The machine stores each rule in a little table and links them with arrows that show which features depend on which others. If you then feed it two laptops — one light but slow, the other heavy but fast — the CP-net uses ceteris paribus to keep everything else fixed and calculates which one you’d pick. It doesn’t need to compare every possible combination; it only needs the handful of “if this, then that” preferences you gave it. That means recommendation systems can be both fast and surprisingly accurate, even when they don’t know every detail about you.

The trick works because the same logic that Halldén and von Wright wrote down with pen and paper can be carried out by a computer, silently checking for loops and asking the fewest possible questions. Next time a game suggests a character or a website recommends a song, there’s a fair chance it’s running a miniature preference logic under the hood, built out of the simple ideas of “better than,” “all else equal,” and conditional rules.
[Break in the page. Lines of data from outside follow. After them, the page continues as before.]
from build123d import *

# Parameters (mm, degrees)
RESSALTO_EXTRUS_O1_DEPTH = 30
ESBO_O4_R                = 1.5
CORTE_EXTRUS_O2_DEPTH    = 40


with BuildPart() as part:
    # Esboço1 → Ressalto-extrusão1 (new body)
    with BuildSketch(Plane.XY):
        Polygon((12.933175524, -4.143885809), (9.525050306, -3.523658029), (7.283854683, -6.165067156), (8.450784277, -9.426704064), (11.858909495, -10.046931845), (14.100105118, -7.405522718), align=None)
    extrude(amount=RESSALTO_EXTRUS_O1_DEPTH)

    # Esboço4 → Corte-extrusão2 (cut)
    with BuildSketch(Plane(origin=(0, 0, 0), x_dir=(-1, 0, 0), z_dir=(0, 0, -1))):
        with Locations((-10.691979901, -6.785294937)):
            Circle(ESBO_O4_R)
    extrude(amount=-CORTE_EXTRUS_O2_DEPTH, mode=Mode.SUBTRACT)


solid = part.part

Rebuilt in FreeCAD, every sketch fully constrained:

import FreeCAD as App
import Part
import Sketcher
from FreeCAD import Vector


def add_polygon(sketch, points):
    """Adds a closed chain of lines whose ends are joined by coincident constraints."""
    first, n = sketch.GeometryCount, len(points)
    for a, b in zip(points, points[1:] + points[:1]):
        sketch.addGeometry(Part.LineSegment(App.Vector(*a, 0), App.Vector(*b, 0)), False)
    for i in range(n):
        sketch.addConstraint(Sketcher.Constraint("Coincident", first + i, 2, first + (i + 1) % n, 1))

doc = App.newDocument("Part")
body = doc.addObject("PartDesign::Body", "Body")

# Sketch on XY plane
sketch1 = body.newObject("Sketcher::SketchObject", "Sketch")
sketch1.AttachmentSupport = (doc.getObject("XY_Plane"), [""])
sketch1.MapMode = "FlatFace"
add_polygon(sketch1, [(12.9, -4.1), (9.5, -3.5), (7.3, -6.2), (8.5, -9.4), (11.9, -10), (14.1, -7.4)])  # lines 0-5
sketch1.addConstraint([
    Sketcher.Constraint("Parallel", 0, 3),
    Sketcher.Constraint("Parallel", 1, 4),
    Sketcher.Constraint("Parallel", 2, 5),
    Sketcher.Constraint("Equal", 0, 1),
    Sketcher.Constraint("Equal", 1, 2),
    Sketcher.Constraint("Equal", 2, 3),
    Sketcher.Constraint("Distance", 0, 3.464102),
    Sketcher.Constraint("DistanceX", -1, 1, 0, 2, 9.52505),
    Sketcher.Constraint("DistanceY", 0, 2, -1, 1, 3.523658),
    Sketcher.Constraint("DistanceX", -1, 1, 3, 2, 11.858909),
    Sketcher.Constraint("DistanceY", 3, 2, -1, 1, 10.046932),
    Sketcher.Constraint("DistanceY", 1, 2, 0, 2, 2.641409),
])
pad1 = body.newObject("PartDesign::Pad", "Pad")
pad1.Profile = sketch1
pad1.Length = 30

# Sketch on XY plane
sketch2 = body.newObject("Sketcher::SketchObject", "Sketch001")
sketch2.AttachmentSupport = (doc.getObject("XY_Plane"), [""])
sketch2.MapMode = "FlatFace"
sketch2.addGeometry(Part.Circle(Vector(10.7, -6.8, 0), Vector(0, 0, 1), 1.5), False)
sketch2.addConstraint([
    Sketcher.Constraint("Diameter", 0, 3.0),
    Sketcher.Constraint("DistanceX", -1, 1, 0, 3, 10.69198),
    Sketcher.Constraint("DistanceY", 0, 3, -1, 1, 6.785295),
])
pocket1 = body.newObject("PartDesign::Pocket", "Pocket")
pocket1.Profile = sketch2
pocket1.Length = 40
pocket1.Reversed = True

doc.recompute()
Why This Matters When You’re Staring at a Menu

You don’t need a supercomputer to use this logic. The next time you’re frozen in front of an ice cream counter, a jumble of reasons and raw tastes churning inside you, try thinking like a CP-net. Ask yourself: is there a flavor I’d prefer no matter what the other flavors are? That’s your top priority. Then imagine changing just one thing — say, switching from cone to cup — and ask if that flips the whole ranking. If it does, you’ve found a condition that matters, and you can label it and make it explicit.

Von Wright’s old insight helps too. If you can name an outside reason for your pick (“I want the cheapest scoop”), it’s an extrinsic preference, and you can bargain with your friends — maybe they’ll chip in for the chocolate fudge. If no reason exists except “I just like it,” you’re in the land of intrinsic preference, and that’s fine too. No one owes a proof for loving mango.

Preference logic doesn’t tell you what you should want. It gives you a language to clean up your rankings and spot the knots. And it reminds you that comparing — whether you’re choosing a dessert, a movie, or a friend — is never just a random flip of a coin. It’s a structure, and once you see the structure, you can start to understand why you pick what you pick.

Think about it

1. Imagine you’re designing a robot that buys groceries for your family. What three simple rules would you program into its CP-net to make sure it picks food that everyone will actually eat? Would those rules ever conflict?
2. Can you think of a situation where your “gut” preference and your “reasoned” preference pull in opposite directions? How would you decide which one to follow — and could someone else ever prove you made the wrong choice?
3. If a new app could predict all your shopping choices perfectly based on past preferences, would you still feel like you were making a free decision? Why or why not?